Następnego dnia około 5 nad ranem Niemcy rozpoczęli szturm na pozycje Polaków. Z powodu wyczerpania się amunicji z walki wycofały się pluton Franciszka Szarego „Pęka”, oddziały Artura Cwena „Rena” oraz drużyna saperów Zdzisława Chodackiego „Migdała”, które przeszły na pozycję „wzgórza 426”. Dopiero po południu oddziały niemieckie wdarły się na polanę Kałużówki, a gdy znalazły się niespełna 50 m od wzgórza, uderzyła na nie grupa pod dowództwem „Klamry”. Kontratak był tak gwałtowny, iż niemiecki atak załamał się, a wycofujący się Niemcy stracili swojego dowódcę.

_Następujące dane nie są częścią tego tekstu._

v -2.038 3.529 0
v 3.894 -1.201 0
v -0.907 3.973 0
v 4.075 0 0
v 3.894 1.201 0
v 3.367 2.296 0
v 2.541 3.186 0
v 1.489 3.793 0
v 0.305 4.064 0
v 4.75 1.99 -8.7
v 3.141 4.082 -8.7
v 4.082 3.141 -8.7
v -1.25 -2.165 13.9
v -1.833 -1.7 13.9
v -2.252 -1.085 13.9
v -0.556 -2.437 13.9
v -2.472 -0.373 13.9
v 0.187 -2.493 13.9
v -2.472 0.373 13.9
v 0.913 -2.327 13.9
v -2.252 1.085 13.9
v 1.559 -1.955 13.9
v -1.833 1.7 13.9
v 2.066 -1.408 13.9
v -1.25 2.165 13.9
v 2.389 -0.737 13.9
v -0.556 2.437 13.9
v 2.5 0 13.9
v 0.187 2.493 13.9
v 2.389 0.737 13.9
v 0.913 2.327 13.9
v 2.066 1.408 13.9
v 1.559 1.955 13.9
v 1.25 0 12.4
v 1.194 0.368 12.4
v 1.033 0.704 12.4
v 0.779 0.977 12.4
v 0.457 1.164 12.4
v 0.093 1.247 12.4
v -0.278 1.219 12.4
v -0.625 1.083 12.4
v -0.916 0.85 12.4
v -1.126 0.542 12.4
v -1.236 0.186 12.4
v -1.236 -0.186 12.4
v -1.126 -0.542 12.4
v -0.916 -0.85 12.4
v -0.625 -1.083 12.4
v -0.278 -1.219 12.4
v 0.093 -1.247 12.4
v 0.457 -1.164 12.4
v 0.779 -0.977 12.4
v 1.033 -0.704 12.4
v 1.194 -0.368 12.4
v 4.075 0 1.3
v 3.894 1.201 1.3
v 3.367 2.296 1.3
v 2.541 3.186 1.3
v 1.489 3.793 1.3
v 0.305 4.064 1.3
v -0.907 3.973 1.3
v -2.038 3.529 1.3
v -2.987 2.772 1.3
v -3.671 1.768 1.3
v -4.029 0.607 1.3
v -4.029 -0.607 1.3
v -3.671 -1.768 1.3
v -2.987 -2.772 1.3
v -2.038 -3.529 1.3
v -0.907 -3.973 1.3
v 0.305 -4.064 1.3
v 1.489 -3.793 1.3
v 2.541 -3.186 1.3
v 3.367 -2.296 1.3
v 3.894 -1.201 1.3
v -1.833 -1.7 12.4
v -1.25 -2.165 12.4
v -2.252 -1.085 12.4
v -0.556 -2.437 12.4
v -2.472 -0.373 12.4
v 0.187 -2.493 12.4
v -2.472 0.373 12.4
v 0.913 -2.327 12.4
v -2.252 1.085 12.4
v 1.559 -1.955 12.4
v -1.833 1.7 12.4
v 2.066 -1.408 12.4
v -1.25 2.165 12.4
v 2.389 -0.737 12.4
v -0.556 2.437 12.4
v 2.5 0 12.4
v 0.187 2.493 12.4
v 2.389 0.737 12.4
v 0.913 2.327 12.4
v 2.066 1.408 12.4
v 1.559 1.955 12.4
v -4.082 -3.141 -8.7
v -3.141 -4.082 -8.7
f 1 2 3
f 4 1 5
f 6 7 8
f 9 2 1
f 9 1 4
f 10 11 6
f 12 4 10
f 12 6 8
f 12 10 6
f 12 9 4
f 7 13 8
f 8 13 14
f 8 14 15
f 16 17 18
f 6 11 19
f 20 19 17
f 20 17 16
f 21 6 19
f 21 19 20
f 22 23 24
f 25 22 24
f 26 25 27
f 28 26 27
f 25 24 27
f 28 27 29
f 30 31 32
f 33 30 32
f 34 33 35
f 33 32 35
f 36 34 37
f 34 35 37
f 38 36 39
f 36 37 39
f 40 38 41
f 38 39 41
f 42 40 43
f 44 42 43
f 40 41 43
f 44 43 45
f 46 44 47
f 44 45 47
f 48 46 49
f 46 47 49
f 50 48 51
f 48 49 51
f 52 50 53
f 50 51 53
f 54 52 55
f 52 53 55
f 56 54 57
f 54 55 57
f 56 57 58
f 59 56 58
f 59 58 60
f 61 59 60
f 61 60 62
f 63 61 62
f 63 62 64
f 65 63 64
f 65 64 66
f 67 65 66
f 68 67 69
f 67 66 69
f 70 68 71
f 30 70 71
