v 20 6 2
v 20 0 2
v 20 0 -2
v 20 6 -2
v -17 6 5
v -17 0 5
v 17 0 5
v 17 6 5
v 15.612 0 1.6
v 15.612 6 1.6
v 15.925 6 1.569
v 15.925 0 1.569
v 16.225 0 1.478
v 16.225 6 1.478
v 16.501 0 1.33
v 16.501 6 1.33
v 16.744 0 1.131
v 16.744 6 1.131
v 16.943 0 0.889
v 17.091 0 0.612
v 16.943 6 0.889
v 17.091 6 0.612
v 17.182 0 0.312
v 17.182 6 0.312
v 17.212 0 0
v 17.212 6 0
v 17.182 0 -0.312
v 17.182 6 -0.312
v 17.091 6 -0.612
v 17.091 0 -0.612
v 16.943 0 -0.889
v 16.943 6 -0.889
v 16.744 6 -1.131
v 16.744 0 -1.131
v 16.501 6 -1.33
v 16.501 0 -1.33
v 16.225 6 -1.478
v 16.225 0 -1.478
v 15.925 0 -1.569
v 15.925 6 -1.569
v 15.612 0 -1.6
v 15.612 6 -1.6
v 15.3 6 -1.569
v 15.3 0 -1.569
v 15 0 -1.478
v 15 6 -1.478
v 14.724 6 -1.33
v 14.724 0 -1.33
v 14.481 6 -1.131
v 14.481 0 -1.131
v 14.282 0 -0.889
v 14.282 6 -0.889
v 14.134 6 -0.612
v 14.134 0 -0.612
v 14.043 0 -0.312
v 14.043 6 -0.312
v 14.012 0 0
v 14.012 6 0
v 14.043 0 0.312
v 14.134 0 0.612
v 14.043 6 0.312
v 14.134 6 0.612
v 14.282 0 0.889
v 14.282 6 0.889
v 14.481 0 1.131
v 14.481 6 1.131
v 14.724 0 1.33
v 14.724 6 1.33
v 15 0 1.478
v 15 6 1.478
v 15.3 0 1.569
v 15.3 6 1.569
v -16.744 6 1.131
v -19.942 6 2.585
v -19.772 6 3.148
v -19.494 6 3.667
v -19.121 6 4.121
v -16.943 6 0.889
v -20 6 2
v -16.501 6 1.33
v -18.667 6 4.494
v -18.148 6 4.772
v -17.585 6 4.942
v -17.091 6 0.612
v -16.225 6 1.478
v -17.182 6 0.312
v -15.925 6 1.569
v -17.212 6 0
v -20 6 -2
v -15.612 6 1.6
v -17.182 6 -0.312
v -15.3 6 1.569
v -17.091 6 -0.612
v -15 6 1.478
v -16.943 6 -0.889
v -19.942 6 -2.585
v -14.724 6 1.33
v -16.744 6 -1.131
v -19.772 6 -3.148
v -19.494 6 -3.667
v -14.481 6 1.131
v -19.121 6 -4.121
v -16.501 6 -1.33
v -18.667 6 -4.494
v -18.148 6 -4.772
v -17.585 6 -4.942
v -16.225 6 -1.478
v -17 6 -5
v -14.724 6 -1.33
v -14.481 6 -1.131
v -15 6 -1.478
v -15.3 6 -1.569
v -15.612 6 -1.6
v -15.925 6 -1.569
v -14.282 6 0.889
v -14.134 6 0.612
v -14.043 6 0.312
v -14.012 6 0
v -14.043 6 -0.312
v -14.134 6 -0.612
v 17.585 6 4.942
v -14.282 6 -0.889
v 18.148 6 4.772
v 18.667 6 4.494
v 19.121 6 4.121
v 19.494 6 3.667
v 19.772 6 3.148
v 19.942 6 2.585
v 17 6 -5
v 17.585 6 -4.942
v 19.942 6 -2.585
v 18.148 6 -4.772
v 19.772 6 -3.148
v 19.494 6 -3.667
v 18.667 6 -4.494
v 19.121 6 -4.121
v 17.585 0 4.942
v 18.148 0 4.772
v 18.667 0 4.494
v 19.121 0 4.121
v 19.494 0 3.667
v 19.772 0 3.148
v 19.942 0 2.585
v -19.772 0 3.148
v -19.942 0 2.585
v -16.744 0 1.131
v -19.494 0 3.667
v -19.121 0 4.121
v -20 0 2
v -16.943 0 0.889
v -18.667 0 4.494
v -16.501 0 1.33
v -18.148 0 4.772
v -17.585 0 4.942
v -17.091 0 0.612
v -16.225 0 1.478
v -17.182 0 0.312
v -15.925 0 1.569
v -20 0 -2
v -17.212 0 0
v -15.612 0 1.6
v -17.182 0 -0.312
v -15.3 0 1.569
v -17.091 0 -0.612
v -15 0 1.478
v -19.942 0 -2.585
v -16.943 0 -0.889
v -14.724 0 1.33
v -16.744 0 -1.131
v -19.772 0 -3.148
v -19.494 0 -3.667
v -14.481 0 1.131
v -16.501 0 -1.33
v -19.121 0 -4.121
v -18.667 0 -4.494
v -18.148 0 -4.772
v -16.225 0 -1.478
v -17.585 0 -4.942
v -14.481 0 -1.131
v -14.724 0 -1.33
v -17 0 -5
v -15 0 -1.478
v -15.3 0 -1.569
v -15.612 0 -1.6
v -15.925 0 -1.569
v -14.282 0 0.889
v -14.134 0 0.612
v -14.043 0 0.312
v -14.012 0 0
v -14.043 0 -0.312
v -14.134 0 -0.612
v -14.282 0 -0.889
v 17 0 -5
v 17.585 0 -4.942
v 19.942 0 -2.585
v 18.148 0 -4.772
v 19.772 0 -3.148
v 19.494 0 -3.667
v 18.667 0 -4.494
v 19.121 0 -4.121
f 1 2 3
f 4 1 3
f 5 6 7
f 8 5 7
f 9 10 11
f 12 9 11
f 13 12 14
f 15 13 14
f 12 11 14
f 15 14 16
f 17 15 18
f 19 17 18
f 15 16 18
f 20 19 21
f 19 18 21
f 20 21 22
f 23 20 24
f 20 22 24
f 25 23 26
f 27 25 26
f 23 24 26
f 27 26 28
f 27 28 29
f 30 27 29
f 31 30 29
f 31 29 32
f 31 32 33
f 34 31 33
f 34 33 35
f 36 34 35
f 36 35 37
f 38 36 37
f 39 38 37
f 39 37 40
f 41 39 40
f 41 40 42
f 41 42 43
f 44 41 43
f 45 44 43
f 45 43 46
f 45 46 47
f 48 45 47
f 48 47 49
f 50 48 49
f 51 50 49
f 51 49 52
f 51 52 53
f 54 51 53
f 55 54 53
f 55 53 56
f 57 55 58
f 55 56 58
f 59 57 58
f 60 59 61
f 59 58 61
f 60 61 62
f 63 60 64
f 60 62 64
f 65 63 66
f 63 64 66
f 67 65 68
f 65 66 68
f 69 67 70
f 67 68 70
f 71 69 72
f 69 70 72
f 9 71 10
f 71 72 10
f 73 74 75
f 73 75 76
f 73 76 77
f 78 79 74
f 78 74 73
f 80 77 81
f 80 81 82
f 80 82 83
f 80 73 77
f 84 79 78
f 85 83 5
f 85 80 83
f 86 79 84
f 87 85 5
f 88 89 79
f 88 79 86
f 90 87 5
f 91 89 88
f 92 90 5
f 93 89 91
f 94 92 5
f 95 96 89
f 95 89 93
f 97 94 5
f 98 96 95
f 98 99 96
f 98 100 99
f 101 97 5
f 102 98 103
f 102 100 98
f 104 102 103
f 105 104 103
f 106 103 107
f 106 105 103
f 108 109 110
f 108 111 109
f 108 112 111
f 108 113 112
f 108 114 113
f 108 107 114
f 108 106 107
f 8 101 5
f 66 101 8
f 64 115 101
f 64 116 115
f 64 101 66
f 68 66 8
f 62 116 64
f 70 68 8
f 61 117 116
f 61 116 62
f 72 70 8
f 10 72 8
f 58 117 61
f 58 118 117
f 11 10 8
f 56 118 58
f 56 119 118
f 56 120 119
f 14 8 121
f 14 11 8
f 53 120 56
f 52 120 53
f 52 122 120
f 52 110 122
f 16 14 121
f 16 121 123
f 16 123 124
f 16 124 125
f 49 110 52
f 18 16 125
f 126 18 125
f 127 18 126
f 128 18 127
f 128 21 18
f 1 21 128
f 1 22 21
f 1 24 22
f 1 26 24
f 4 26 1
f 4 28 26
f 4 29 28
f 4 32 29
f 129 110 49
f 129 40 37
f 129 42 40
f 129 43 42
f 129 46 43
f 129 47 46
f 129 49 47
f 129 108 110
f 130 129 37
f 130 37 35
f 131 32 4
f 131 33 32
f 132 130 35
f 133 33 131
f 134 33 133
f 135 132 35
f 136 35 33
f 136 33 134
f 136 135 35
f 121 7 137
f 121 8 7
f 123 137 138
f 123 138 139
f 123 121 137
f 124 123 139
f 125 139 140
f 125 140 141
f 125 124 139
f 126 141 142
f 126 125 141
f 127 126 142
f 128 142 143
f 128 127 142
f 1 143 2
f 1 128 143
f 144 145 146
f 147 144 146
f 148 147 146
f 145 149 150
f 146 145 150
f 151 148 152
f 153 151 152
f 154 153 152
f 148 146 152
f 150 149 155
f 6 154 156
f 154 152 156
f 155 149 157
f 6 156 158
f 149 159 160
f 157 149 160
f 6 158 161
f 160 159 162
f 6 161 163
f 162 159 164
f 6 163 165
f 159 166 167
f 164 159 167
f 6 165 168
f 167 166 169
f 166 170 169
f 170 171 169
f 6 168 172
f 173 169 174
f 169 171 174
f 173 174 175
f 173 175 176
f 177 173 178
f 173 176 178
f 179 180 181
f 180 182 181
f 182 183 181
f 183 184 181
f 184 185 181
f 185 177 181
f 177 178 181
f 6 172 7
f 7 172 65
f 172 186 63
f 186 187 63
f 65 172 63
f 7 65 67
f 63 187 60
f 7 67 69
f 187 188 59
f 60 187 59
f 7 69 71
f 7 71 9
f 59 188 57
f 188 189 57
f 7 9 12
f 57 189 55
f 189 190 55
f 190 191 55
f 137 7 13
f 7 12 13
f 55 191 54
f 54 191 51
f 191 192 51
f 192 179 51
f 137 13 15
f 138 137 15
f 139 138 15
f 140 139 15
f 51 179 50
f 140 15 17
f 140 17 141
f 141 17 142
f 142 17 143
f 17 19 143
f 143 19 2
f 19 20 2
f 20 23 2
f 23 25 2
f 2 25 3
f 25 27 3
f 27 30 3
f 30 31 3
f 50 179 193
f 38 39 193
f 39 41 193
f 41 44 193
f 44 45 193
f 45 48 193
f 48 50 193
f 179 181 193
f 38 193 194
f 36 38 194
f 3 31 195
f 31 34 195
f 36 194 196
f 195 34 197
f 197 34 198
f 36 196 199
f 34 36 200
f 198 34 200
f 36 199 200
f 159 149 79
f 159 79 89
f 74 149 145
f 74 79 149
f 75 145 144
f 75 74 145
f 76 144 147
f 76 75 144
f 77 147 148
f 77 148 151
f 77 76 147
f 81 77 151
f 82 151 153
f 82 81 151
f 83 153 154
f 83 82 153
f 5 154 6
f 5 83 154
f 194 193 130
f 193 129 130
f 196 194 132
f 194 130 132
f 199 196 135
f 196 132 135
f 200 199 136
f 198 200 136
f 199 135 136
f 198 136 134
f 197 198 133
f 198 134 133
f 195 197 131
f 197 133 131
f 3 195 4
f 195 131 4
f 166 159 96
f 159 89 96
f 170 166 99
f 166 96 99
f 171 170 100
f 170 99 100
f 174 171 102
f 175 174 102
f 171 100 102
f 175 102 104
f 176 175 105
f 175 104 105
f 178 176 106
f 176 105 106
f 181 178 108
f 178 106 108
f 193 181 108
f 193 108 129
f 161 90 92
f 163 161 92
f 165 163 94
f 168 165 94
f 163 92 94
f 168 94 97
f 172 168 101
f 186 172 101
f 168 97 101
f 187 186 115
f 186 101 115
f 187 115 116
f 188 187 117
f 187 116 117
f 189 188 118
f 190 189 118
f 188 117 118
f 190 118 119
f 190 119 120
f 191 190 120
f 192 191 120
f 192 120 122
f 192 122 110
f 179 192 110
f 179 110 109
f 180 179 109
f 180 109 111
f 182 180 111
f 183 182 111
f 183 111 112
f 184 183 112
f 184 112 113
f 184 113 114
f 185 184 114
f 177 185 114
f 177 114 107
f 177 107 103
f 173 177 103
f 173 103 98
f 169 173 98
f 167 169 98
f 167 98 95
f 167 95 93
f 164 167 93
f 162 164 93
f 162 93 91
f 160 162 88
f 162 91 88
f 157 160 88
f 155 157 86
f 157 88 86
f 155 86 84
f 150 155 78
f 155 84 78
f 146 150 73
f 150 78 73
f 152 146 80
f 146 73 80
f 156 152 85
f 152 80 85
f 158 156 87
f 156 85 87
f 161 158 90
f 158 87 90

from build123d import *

# Parameters (mm, degrees)
SKETCH_1_W          = 40
SKETCH_1_H          = 10
EXTRUDE_1_DEPTH     = 6
CUT_EXTRUDE_1_REACH = 23.471
SKETCH_2_R          = 1.6
FILLET_1_R          = 3


with BuildPart() as part:
    # 草图1 → 凸台-拉伸1 (new body)
    with BuildSketch(Plane(origin=(0, 0, 0), x_dir=(1, 0, 0), z_dir=(0, 1, 0))):
        Rectangle(SKETCH_1_W, SKETCH_1_H)
    extrude(amount=EXTRUDE_1_DEPTH)

    # 草图2 → 切除-拉伸1 (cut, up to next)
    with BuildSketch(Plane(origin=(0, 6, 0), x_dir=(1, 0, 0), z_dir=(0, 1, 0)), mode=Mode.PRIVATE) as cut_extrude_1_sk1:
        with Locations(Location((-15.612495, 0, 0), (0, 0, 270))):
            Circle(SKETCH_2_R)
    cut_extrude_1_tool1 = extrude(cut_extrude_1_sk1.sketch, amount=-CUT_EXTRUDE_1_REACH, mode=Mode.PRIVATE) & part.part
    # 草图2 → 切除-拉伸1 (cut, up to next)
    with BuildSketch(Plane(origin=(0, 6, 0), x_dir=(1, 0, 0), z_dir=(0, 1, 0)), mode=Mode.PRIVATE) as cut_extrude_1_sk2:
        with Locations(Location((15.612495, 0, 0), (0, 0, 270))):
            Circle(SKETCH_2_R)
    cut_extrude_1_tool2 = extrude(cut_extrude_1_sk2.sketch, amount=-CUT_EXTRUDE_1_REACH, mode=Mode.PRIVATE) & part.part
    add(cut_extrude_1_tool1.solids().sort_by_distance((-15.612495, 6, 0))[0], mode=Mode.SUBTRACT)
    add(cut_extrude_1_tool2.solids().sort_by_distance((15.612495, 6, 0))[0], mode=Mode.SUBTRACT)

    # 圆角1
    fillet_1_edges = [part.edges().sort_by_distance(p)[0] for p in [
        (20, 3, 5),
        (-20, 3, 5),
        (-20, 3, -5),
        (20, 3, -5),
    ]]
    fillet(fillet_1_edges, radius=FILLET_1_R)


solid = part.part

Główne walki toczyły się do godzin wieczornych i były niezwykle zacięte, o czym świadczy fakt, iż po 14 godzinach starć Niemcy przesunęli się w głąb o zaledwie 1,5 km. Walczono o każdy jar i poszczególne wzniesienia. Ciężko oszacować siły niemieckie. Liczyły one co najmniej jeden baon piechoty. Rannych lub zabitych było około 60 osób. Polaków zginęło 11. Kpt. Lazarowicz 25 sierpnia zarządził odwrót i ewakuację II Zgrupowania. Żołnierze dębickiej Armii Krajowej zakopali broń i pozostawali w ukryciu przed niemieckimi, a następnie sowieckimi obławami.